Ziel: Die Vergabe HLA-typisierter Hornhauttransplantate über die Stiftung Bio-Implant-Services (BIS) ist in Deutschland durch eine Richtlinie der Bundesärztekammer geregelt. Durch eine erfolgreiche internationale Zusammenarbeit mit verschiedenen Hornhautbanken bietet BIS Hornhäute von Spendern aus unterschiedlichen Ländern an. In einigen Ländern herrscht ein absoluter Mangel an Hornhauttransplantaten. In diesen Ländern ist das Warten auf ein HLA-kompatibles Hornhauttransplantat logistisch nicht sinnvoll. So wird auch den Patienten, für die ein HLAkompatibles Transplantat indiziert wäre, oft ein HLA-inkompatibles Tranplantat zugeteilt. Verschiedene Studien haben den Vorteil der Verwendung HLA-kompatibler Hornhauttransplantate aufgezeigt. BIS hat den Anspruch, optimal HLA-gematchte Hornhauttransplantate unter kürzestmöglicher Wartezeit für die Patienten zur Verfügung zu stellen.

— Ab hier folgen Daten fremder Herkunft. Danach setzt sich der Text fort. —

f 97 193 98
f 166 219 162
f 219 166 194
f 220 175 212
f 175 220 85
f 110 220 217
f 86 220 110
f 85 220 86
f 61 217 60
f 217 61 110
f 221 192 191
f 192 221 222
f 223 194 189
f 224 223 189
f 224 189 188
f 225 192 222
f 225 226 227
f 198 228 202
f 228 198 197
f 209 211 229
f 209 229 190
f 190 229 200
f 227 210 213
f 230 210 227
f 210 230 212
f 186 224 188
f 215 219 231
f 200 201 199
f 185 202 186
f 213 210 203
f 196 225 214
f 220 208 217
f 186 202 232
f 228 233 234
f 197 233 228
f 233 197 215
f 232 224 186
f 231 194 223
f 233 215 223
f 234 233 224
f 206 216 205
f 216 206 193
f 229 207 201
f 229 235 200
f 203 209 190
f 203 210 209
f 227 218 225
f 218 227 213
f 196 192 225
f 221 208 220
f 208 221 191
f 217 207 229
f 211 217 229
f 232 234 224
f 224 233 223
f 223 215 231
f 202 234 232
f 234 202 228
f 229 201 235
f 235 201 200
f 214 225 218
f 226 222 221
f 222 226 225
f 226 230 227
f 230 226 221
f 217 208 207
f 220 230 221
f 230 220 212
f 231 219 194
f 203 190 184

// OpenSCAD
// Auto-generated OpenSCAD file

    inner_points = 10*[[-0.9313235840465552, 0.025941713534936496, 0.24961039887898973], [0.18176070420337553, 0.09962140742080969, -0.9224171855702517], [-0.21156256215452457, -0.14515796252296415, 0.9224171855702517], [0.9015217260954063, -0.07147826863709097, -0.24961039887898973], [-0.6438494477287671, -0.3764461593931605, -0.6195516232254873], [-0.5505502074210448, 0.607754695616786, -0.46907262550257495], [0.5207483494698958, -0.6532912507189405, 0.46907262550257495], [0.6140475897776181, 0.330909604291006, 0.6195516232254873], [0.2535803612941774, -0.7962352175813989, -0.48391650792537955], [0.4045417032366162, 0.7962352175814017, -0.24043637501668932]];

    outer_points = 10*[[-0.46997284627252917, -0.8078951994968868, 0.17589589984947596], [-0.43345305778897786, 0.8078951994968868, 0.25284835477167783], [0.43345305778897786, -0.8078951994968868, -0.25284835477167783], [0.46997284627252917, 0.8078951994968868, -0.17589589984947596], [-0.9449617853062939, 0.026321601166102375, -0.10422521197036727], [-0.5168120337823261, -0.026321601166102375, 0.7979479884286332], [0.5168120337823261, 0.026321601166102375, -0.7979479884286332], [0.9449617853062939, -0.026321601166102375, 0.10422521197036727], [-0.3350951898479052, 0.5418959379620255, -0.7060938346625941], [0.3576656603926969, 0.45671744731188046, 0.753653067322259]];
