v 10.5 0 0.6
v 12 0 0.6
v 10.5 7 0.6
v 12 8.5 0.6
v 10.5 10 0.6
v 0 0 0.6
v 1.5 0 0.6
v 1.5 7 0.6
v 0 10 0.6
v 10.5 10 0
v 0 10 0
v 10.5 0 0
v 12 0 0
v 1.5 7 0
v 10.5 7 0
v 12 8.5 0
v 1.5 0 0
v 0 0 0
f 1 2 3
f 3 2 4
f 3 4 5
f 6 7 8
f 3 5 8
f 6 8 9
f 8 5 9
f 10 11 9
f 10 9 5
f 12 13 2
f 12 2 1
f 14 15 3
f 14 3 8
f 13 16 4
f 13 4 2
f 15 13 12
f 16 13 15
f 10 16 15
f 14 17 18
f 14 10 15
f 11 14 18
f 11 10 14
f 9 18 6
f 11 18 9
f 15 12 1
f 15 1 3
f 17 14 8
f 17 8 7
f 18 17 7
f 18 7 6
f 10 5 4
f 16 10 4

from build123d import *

# Parameters (mm, degrees)
BOSS_EXTRUDE1_DEPTH = 0.6
CUT_EXTRUDE1_DEPTH  = 16.632018424


with BuildPart() as part:
    # Sketch1 → Boss-Extrude1 (new body)
    with BuildSketch(Plane.XY):
        Polygon((0, 0), (0, 10), (12, 10), (12, 0), (10.5, 0), (10.5, 7), (1.5, 7), (1.5, 0), align=None)
    extrude(amount=BOSS_EXTRUDE1_DEPTH)

    # Sketch2 → Cut-Extrude1 (cut, through all)
    with BuildSketch(Plane.XY.offset(0.6)):
        Polygon((10.5, 10), (12, 8.5), (12, 10), align=None)
    extrude(amount=-CUT_EXTRUDE1_DEPTH, mode=Mode.SUBTRACT)


solid = part.part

Methoden: Durch die eingangs erwähnte internationale Kooperation und neue HLA-Typisierungsmethoden rückt das Ziel einer minimalen Wartezeit bei jeweils optimaler HLA-Kompatibilität in greifbare Nähe.
Ergebnisse: In den ersten sechs Monaten des Jahres 2001 konnte die Zahl der HLA-typisierten Hornhäute im Vergleich zum entsprechenden Zeitraum des Vorjahres mehr als verdoppelt werden. Dies hatte eine zehnprozentige Verkleinerung der Warteliste für HLA-kompatible Hornhauttransplantate zur Folge. Molekularbiologische HLATypisierungsmethoden haben neue transplantationsimmunologische Erkenntnisse erbracht. Die internationalen Allokationskriterien von BIS sollten diesen neuen wissenschaftlichen Erkenntnissen angepasst werden. Es wird erwartet, dass sich unter diesen neuen Vergabekriterien die Warteliste noch weiter verkleinert und gleichzeitig der Grad der HLAKompatibilität verbessern wird.
Schlußfolgerungen: Für jeden Patienten, für den ein HLA-kompatibles Transplantat indiziert ist, wird es künftig möglich sein, auf ein solches Transplantat zu warten.